# Baskerville Muzzle



## Maren Bell Jones (Jun 7, 2006)

So I'm pretty familiar (and usually really like) the Jafco muzzles, but a veterinary behaviorist I know suggested the Baskerville muzzle. I have not seen one in person. Has anyone used this type of muzzle before? I would be possibly recommending it to behavior clients.










http://www.petexpertise.com/dog-training-aids/baskerville-ultra-dog-muzzle.html#petdesc


----------



## Joby Becker (Dec 13, 2009)

Maren Bell Jones said:


> So I'm pretty familiar (and usually really like) the Jafco muzzles, but a veterinary behaviorist I know suggested the Baskerville muzzle. I have not seen one in person. Has anyone used this type of muzzle before? I would be possibly recommending it to behavior clients.
> 
> 
> 
> ...


I would get one and try it out, before I recommended it for behavioral problems.


----------



## Maren Bell Jones (Jun 7, 2006)

Yes, I know that, but wanted some more opinions if anyone's used them before.


----------



## Erin James-Crook (Oct 5, 2010)

I just got one for a client dog and I really like the design, tho the largest size really won't fit some of the giant breeds they say it will imo. It has several points to anchor it and prevent it from being slipped, the frame is hardened rubber so it's not as likely to chafe and flexes a little (not sure if that's good of bad for some), the grid is larger around the nose to prevent rubbing on the nose leather to some extent, and it's easy to get treats through for conditioning work (I use it for behavior mod). 

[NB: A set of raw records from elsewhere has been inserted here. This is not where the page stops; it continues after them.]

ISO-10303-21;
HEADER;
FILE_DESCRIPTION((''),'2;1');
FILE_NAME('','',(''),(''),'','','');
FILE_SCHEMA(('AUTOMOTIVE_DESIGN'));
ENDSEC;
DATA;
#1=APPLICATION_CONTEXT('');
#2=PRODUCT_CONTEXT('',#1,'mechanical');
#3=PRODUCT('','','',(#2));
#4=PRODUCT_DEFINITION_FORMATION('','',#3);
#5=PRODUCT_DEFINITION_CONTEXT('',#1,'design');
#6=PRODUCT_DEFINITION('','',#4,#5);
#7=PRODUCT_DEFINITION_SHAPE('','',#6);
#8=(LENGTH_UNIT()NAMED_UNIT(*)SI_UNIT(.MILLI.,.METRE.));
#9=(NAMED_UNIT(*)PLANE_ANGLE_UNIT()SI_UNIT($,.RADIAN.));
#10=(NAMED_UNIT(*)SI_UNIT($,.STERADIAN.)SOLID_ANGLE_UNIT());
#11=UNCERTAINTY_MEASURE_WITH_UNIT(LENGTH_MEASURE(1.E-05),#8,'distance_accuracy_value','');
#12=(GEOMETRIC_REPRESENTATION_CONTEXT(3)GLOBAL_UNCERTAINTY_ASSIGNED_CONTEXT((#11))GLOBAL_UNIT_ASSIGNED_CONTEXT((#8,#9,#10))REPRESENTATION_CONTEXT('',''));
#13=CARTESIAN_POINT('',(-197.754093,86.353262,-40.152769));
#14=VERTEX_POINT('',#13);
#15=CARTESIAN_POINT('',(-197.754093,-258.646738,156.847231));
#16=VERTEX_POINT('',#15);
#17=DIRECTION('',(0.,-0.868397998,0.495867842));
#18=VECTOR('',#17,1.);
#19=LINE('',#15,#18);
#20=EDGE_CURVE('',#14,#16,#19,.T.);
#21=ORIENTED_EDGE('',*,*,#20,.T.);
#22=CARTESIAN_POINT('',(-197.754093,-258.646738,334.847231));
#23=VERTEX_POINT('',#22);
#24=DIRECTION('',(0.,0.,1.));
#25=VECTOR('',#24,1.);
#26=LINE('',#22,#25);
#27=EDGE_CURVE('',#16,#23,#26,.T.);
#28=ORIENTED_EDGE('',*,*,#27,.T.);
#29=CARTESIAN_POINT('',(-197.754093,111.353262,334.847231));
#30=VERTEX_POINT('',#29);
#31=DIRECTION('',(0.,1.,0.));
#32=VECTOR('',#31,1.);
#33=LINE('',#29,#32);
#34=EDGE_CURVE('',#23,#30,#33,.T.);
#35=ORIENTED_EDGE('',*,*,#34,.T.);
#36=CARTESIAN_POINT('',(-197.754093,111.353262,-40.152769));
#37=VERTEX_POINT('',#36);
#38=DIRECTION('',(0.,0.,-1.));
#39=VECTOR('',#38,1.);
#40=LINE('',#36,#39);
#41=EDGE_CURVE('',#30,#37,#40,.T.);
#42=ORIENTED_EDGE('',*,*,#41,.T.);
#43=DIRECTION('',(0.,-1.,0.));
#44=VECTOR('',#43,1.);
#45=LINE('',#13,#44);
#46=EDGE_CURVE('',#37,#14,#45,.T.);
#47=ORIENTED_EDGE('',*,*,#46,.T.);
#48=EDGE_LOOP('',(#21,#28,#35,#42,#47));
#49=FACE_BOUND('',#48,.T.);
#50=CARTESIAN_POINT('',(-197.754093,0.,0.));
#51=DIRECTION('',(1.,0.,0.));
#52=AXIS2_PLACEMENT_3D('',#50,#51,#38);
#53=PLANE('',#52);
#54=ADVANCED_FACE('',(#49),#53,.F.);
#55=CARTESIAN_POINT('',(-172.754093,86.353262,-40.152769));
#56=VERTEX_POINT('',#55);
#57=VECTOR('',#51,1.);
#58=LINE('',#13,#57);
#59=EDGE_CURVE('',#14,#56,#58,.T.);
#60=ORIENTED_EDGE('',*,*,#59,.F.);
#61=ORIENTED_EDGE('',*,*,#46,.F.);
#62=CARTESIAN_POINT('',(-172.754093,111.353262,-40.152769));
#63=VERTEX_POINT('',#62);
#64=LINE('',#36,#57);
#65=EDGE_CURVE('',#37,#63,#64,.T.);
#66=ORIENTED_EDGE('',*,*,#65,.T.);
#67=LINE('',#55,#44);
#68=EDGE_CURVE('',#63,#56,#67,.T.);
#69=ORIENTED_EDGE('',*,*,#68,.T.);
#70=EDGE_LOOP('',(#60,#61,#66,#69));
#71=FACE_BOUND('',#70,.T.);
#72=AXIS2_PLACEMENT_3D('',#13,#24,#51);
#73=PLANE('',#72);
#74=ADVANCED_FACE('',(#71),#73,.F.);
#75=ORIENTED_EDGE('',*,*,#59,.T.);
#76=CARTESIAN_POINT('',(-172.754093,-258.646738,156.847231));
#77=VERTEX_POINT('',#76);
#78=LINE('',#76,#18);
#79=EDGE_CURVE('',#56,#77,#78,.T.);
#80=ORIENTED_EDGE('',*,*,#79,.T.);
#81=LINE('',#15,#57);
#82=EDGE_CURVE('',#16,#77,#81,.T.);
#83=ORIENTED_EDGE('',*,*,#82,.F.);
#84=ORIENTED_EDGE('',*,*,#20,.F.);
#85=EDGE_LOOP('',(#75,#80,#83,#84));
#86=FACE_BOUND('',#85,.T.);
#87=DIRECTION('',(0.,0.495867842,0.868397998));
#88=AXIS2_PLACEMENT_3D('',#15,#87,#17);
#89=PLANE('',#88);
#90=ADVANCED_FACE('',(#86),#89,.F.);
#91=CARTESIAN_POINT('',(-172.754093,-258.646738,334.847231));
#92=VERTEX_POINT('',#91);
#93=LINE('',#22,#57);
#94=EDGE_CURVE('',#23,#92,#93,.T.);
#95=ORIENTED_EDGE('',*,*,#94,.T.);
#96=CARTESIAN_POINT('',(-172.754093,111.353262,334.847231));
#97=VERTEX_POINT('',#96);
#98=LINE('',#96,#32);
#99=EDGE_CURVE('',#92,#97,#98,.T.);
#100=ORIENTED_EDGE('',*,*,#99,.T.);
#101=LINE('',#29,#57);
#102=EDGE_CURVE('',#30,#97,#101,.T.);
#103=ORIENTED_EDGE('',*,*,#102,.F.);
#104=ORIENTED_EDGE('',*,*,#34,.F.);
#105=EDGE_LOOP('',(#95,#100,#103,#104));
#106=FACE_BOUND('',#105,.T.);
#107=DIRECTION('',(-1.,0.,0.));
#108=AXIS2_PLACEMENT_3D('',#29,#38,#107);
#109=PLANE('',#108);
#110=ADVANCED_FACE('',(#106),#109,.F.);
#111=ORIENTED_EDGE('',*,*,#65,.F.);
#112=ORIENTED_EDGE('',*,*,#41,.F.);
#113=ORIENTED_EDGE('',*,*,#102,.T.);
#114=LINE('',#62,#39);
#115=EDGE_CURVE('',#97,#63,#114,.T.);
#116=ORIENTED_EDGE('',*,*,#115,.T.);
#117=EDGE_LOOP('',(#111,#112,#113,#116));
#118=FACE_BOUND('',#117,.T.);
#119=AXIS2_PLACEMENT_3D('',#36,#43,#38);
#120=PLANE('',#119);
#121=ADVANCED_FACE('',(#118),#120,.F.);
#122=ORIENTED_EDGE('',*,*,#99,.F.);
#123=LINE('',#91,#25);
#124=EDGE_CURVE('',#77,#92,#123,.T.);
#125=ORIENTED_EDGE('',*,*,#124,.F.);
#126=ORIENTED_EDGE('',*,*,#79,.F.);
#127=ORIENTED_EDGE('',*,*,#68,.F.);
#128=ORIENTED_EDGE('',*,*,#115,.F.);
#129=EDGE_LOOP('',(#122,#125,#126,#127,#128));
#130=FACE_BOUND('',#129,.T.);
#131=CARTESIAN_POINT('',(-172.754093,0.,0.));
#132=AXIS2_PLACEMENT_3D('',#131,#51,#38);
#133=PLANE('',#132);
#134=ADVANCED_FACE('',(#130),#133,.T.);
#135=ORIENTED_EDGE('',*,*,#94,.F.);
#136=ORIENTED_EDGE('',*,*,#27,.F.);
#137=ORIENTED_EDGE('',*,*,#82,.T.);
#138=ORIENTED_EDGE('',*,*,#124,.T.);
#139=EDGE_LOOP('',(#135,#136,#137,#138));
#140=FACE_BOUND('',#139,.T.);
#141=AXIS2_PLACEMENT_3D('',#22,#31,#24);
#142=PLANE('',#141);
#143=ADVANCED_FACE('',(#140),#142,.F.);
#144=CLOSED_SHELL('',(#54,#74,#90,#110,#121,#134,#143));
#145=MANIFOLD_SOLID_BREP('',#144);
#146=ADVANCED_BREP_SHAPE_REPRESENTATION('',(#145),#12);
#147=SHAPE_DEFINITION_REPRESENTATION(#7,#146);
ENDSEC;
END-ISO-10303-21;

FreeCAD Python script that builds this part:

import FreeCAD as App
import Part
import Sketcher
Q = App.Units.Quantity


def add_polygon(sketch, points):
    """Adds a closed chain of lines whose ends are joined by coincident constraints."""
    first, n = sketch.GeometryCount, len(points)
    for a, b in zip(points, points[1:] + points[:1]):
        sketch.addGeometry(Part.LineSegment(App.Vector(*a, 0), App.Vector(*b, 0)), False)
    for i in range(n):
        sketch.addConstraint(Sketcher.Constraint("Coincident", first + i, 2, first + (i + 1) % n, 1))

doc = App.newDocument("Part")
body = doc.addObject("PartDesign::Body", "Body")

# Sketch on YZ plane
sketch1 = body.newObject("Sketcher::SketchObject", "Sketch")
sketch1.AttachmentSupport = (doc.getObject("YZ_Plane"), [""])
sketch1.MapMode = "FlatFace"
sketch1.AttachmentOffset = App.Placement(App.Vector(0, 0, -192.754093), App.Rotation())
add_polygon(sketch1, [(-258.646738, 334.847231), (111.353262, 334.847231), (111.353262, -40.152769), (86.353262, -40.152769), (-258.646738, 156.847231)])  # lines 0-4
sketch1.addConstraint([
    Sketcher.Constraint("Horizontal", 0),
    Sketcher.Constraint("Vertical", 1),
    Sketcher.Constraint("Horizontal", 2),
    Sketcher.Constraint("Vertical", 4),
    Sketcher.Constraint("DistanceX", 0, 1, 0, 2, Q("370 mm")),
    Sketcher.Constraint("DistanceX", 2, 2, 2, 1, Q("25 mm")),
    Sketcher.Constraint("DistanceY", 1, 2, 1, 1, Q("375 mm")),
    Sketcher.Constraint("DistanceY", 4, 1, 4, 2, Q("178 mm")),
    Sketcher.Constraint("DistanceY", -1, 1, 0, 2, Q("334.847231 mm")),
    Sketcher.Constraint("DistanceX", -1, 1, 0, 2, Q("111.353262 mm")),
])
pad1 = body.newObject("PartDesign::Pad", "Pad")
pad1.Profile = sketch1
pad1.Type = "TwoLengths"
pad1.Length = 5
pad1.Length2 = 20
pad1.Reversed = True

doc.recompute()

If I need a muzzle in the future I'll def be looking into this one first.


----------



## Thomas Barriano (Mar 27, 2006)

I looked at one but figured it would only fit a "Hound of the Baskervilles" 

Like Sherlock said 

“‘The world is full of obvious things which nobody by any chance ever observes.’”


----------



## Tammy St. Louis (Feb 17, 2010)

used the old style baskerville for YRS now, the beige ones, with really good sucess, 
i saw these yesterday at a aggression seminar, and they looked great, rubber so a tad more flexible and more room for treats, but still looked safe,,,


----------



## Melissa Thom (Jun 21, 2011)

It's an interesting muzzle. I'm not sure I'd use it for much beyond show (look, my dog has a muzzle!) and training/conditioning to wear a better muzzle. The reasoning is thus.

The purpose of a muzzle is to prevent bites.
The hole grid along flexabilitywith the space allotted leave openings for a dog to really bite through the mesh if the dog decides to work the muzzle even halfheartedly which makes it useless as a real practical guard for the vet or the groomer. Not all dogs have that kind of umph but the ones that do really need either a muzzle that prevents the mouth from opening temporarily like the the cheap nylon ones, a solid front to such action like a jafco one, a less open opportunity like a traditional basket which always has a smaller mesh grid on the front, or bite bar like a more heavy duty muzzle. 

The one thing I can truly see a real application for with this muzzle is that it'd be pretty easy to modify it for use as a rock / stool guard. Handy if you have such a problem but I'm not sure a simple greyhound yard muzzle wouldn't do the same for probably a fraction of the cost.


----------



## Tammy St. Louis (Feb 17, 2010)

how do you believe a dog can bite through this muzzle ? have you seen one in person, 
i DOUBT any dog can bite through it


----------



## Melissa Thom (Jun 21, 2011)

Tammy St. Louis said:


> how do you believe a dog can bite through this muzzle ? have you seen one in person,
> i DOUBT any dog can bite through it


http://www.youtube.com/watch?v=tX4hR_dtSHs&feature=player_embedded 

Everything about the video shows me that this muzzle is flawed in design for most applications I can think of. A muzzle is designed to prevent bites - a flexing rubber muzzle will only prevent bites so long as the dog is not allowed to really pursue beyond the initial lunge just as the video shows. Any pressure applied by the dog and it's just as bad as a dog trying to bite through chainlink fence.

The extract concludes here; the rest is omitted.